A Lot of People Want Brie Larson to Punch Them in The Face: An Investigation

On Tuesday, the first full-length trailer was released for Captain Marvel, the first female-fronted superhero movie from the comics giant, and people were shocked. The Brie Larson-starrer, set in the ’90s, shows the titular character punching a crusty old lady square in the jaw. And while Marvel fans were quick to point out that the “old lady” was actually a Skrull (a member of the shapeshifting alien race), queer women like me had a totally different reaction: “I want Brie Larson to punch me in the face.”

But why? Why do we want to be pummeled into the Earth’s molten core by Captain Marvel?

Bethany from Mean Girls had it right when she said of North Shore’s bully Regina George, “One time, she punched me in the face.
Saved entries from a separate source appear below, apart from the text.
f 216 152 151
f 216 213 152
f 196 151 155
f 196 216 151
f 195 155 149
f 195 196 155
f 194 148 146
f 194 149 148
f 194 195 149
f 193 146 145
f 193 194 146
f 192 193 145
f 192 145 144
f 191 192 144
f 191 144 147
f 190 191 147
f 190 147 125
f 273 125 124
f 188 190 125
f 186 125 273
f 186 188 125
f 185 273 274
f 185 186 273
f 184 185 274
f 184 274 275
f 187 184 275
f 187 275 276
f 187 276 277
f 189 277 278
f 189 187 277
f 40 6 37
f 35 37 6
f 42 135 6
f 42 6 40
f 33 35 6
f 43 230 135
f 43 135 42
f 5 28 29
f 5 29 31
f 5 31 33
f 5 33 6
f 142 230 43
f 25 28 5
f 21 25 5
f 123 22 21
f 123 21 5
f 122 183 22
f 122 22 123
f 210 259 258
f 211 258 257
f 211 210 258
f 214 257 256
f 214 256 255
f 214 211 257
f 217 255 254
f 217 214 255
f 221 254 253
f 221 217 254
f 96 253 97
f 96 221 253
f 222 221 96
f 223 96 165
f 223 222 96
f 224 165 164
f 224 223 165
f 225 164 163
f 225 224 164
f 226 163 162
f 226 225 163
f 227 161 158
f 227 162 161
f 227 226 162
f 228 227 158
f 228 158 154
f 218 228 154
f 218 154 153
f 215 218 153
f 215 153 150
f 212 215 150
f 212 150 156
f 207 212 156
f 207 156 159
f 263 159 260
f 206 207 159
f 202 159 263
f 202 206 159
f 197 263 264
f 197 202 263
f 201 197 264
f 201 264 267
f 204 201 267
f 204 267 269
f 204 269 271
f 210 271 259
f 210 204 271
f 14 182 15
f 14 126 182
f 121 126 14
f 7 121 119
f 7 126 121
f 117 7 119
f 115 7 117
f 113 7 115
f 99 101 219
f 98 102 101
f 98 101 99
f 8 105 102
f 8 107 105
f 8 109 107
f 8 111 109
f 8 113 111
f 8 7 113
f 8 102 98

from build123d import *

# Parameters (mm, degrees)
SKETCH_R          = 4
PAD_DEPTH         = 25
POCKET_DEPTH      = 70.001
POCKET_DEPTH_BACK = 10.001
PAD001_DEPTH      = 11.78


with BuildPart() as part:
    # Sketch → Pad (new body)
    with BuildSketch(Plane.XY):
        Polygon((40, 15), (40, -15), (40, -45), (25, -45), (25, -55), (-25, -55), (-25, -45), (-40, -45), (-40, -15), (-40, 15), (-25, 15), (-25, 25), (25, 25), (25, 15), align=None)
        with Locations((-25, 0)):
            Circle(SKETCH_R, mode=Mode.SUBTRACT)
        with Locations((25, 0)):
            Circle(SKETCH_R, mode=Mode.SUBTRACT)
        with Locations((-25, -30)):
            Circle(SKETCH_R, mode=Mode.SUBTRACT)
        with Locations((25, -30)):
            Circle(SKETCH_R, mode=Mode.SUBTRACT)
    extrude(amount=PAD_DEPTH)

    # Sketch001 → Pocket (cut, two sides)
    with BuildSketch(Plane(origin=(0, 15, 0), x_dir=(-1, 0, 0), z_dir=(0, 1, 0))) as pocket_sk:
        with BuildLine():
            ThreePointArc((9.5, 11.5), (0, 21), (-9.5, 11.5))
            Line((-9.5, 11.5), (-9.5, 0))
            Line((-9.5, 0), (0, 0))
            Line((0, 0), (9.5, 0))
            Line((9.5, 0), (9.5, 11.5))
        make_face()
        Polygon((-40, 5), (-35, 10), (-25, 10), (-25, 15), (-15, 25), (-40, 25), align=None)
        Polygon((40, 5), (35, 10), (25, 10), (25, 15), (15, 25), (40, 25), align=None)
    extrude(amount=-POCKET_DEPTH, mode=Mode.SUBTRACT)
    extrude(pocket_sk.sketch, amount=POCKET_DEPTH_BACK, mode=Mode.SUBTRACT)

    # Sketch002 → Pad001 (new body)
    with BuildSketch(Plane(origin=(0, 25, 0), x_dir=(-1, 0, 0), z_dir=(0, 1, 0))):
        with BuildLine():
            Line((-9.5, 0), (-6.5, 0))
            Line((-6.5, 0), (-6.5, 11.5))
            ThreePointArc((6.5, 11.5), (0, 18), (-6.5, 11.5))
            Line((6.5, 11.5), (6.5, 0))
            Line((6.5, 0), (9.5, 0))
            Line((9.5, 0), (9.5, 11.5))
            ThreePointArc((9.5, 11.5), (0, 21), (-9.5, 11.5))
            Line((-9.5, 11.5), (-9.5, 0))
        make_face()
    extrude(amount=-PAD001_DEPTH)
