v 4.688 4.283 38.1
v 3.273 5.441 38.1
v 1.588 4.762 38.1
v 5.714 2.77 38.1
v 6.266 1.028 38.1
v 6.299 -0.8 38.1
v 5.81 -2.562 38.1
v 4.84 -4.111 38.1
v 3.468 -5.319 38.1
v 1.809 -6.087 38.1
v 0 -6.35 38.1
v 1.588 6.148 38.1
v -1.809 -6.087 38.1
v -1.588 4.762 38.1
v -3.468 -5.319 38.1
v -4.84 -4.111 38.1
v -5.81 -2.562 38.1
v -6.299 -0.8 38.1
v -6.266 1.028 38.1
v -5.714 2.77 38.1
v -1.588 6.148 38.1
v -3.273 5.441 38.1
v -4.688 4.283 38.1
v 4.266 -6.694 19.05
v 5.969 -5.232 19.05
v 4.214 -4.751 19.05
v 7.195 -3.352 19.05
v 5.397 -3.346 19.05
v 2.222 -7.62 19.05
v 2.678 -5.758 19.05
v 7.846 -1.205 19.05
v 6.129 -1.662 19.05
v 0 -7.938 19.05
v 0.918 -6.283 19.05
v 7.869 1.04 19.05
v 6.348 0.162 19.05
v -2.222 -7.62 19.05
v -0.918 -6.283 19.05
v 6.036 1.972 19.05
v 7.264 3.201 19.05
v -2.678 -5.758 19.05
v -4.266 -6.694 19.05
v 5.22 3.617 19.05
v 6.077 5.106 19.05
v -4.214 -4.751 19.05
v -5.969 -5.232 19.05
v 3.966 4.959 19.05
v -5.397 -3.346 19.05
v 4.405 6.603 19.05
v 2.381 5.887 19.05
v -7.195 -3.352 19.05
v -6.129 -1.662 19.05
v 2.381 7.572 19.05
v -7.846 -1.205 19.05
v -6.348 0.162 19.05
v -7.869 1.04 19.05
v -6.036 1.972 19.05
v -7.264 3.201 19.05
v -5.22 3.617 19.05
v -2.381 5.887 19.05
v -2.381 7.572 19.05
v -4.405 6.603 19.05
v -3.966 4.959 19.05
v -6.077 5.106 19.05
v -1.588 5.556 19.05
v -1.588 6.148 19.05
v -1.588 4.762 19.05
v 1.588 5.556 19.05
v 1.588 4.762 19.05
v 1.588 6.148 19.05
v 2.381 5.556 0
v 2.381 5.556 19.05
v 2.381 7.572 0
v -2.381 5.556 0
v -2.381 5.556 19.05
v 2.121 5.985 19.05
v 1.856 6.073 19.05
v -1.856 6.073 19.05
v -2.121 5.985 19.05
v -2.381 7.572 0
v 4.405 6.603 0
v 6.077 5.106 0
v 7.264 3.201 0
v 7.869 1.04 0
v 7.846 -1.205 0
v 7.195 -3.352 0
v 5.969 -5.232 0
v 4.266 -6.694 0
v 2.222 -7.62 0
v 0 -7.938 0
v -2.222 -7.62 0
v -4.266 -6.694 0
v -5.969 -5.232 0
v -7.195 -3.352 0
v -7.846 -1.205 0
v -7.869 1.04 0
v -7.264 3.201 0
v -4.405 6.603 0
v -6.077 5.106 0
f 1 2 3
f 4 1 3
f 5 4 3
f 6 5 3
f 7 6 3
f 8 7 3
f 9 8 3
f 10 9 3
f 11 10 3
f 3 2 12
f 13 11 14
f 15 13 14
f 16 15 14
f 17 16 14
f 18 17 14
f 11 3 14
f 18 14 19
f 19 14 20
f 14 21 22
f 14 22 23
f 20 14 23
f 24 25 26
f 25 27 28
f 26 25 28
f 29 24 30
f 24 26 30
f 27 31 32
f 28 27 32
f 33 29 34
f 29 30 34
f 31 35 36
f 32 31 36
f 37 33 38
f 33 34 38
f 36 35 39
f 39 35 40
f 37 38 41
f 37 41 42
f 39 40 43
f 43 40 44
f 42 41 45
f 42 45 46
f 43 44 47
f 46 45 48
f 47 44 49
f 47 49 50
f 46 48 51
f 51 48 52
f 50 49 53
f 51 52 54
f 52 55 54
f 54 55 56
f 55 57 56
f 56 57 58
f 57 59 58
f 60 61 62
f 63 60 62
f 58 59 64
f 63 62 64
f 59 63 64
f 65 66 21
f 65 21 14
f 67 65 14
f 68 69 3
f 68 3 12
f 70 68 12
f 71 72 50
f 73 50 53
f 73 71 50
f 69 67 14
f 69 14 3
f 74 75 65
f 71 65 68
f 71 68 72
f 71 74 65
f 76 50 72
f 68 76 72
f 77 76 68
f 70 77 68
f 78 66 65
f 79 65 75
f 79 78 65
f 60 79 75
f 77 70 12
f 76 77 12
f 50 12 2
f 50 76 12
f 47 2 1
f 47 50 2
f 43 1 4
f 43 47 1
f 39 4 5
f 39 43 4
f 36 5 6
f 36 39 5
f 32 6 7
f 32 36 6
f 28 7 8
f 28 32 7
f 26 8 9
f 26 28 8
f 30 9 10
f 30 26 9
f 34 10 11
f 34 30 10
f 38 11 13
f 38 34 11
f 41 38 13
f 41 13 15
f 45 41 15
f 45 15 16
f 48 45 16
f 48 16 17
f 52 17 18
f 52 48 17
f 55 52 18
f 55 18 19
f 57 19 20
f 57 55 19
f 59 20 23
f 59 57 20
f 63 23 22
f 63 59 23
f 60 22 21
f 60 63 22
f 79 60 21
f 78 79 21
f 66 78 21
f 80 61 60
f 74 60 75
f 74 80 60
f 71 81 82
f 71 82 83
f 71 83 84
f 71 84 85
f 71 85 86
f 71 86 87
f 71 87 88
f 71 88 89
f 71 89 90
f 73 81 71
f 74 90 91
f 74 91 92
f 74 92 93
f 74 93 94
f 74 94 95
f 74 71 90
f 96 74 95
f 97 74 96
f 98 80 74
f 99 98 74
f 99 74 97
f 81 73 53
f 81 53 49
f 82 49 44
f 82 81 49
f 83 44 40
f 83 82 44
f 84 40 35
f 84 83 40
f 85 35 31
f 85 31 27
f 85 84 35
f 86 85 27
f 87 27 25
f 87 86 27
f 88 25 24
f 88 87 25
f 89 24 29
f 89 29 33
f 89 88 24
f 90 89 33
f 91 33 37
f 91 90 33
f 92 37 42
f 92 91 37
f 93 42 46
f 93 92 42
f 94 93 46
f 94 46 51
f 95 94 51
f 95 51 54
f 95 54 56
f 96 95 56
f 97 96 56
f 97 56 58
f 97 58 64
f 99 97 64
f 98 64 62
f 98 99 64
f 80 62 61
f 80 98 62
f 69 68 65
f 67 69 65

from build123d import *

# Parameters (mm, degrees)
BOSS_EXTRUDE1_DEPTH = 19.05
BOSS_EXTRUDE2_DEPTH = 19.05


with BuildPart() as part:
    # Sketch1 → Boss-Extrude1 (new body)
    with BuildSketch(Plane.XY):
        with BuildLine():
            Line((-2.38125, 7.571892411), (-2.38125, 5.55625))
            Line((-2.38125, 5.55625), (2.38125, 5.55625))
            Line((2.38125, 5.55625), (2.38125, 7.571892411))
            ThreePointArc((2.38125, 7.571892411), (0, -7.9375), (-2.38125, 7.571892411))
        make_face()
    extrude(amount=BOSS_EXTRUDE1_DEPTH)

    # Sketch2 → Boss-Extrude2 (add)
    with BuildSketch(Plane.XY.offset(19.05)):
        with BuildLine():
            Line((-1.5875, 6.148361062), (-1.5875, 4.7625))
            Line((-1.5875, 4.7625), (1.5875, 4.7625))
            Line((1.5875, 4.7625), (1.5875, 6.148361062))
            ThreePointArc((1.5875, 6.148361062), (0, -6.35), (-1.5875, 6.148361062))
        make_face()
    extrude(amount=BOSS_EXTRUDE2_DEPTH)


solid = part.part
It was awesome.” In my opinion, wanting an extremely hot woman to punch you in the face has very little to do with BDSM or kink, nor is it related in any way to domestic violence, or any past traumatic experience that is resurfacing and manifesting itself in sexual desire. No, wanting to get gay-punched in the face is a dark and chasmal desire that spurs from years of painstaking sexual repression.

As a Gay, I spent the entirety of my teenage years and early twenties convincing myself that women were not hot. I endured a decade of slapping myself on the wrist, self-correcting every time a sneaky thought about a woman crept through my mind. By the time I reached the tender age of 22, I had agreed with my homophobic inner monologue that, yes, women were ugly and so was their stupid hair. And why did they smell so bad? Gross.

When I finally came out, I felt like I was playing catch-up; I had missed nearly a decade of experiences with sexual desire, from uninhibited pre-teen crushes to teenage lust and first loves. So, it wasn’t shocking that I began acting out as a baby gay — I couldn’t and wouldn’t stop talking about being gay.

If you’ve ever met an out gay person, then you know that this never goes away — all we do is talk about being gay, because for so long, we weren’t allowed to. And many times, we were punished for even expressing a shred of desire toward the same sex. So now, as out queer people, the gayness comes pouring out of us like a gushing, bottomless fire hydrant. And often, that queer expression can be a little extra, or extremely over the top, or—well, violent.

Sometimes, I feel like the gay surges out of me in powerful, unstoppable gusts. On any given day, another photo of Cate Blanchett in a suit can surface, and feeling completely unprepared, I’ll brashly take to Twitter to say, “Murder me, mom.”

This sentiment isn’t new on stan Twitter — any photo of a female celebrity in fierce stilettos can elicit thousands of comments from both queer men and women that read, “STEP ON ME!” A woman’s attractiveness can be so fucking arresting that we want them to vanquish us to another realm, like Brie Larson.

I’ve tweeted about this feeling multiple times, from wanting Keri Russell to perform a murder over my body, to hoping for my own slow, merciless slaughtering from Jodi Comer of Killing Eve. When I saw Atomic Blonde, I wanted Charlize Theron to wrap that yellow rope around my gay body and slice it in two. And after seeing A Simple Favor, I wrote about wanting Blake Lively to bash my skull in with her skull cane. There have been literal hundreds of moments in Game of Thrones where I’ve suddenly desperately needed Emilia Clarke to set me aflame with her dragons.

These reactions are visceral, involuntarily, and constant. Being gay is deeply stressful and traumatic — because of all the homophobia surging across the world, sure, sure — but also because my body and mind are so constantly overwhelmed and distressed by their own knee-jerk reactions to hot women. It’s exhausting. Being gay is a full-time job.

https://twitter.com/willsybee/status/1042192375823519744

So, given the fact that most queer people have spent a lifetime hiding their true feelings while straight women have gotten to openly drool over mediocre loaves of men like Benedict fucking Cumberbatch (seriously, what?), this violent reaction to Brie Larson as Carol Danvers is totally understandable. Also consider that there’s only one, yes one female superhero movie out there, and it only came out last year! Women have waited an eternity to see themselves as the hero on-screen, and Gal Gadot’s brawny Wonder Woman swept us off our little gay feet in a fire-tornado of sexual attraction. Now, Brie Larson will take center stage in Marvel’s first female superhero movie. She’ll be sucker punching old lady aliens, crash-landing in Blockbuster stores, and suiting up like a smoldering space soldier, and we’re fucking stoked.

Captain Marvel won’t be released until 2019, but until then, tear through my body with a catastrophic, blazing asteroid, Brie Larson.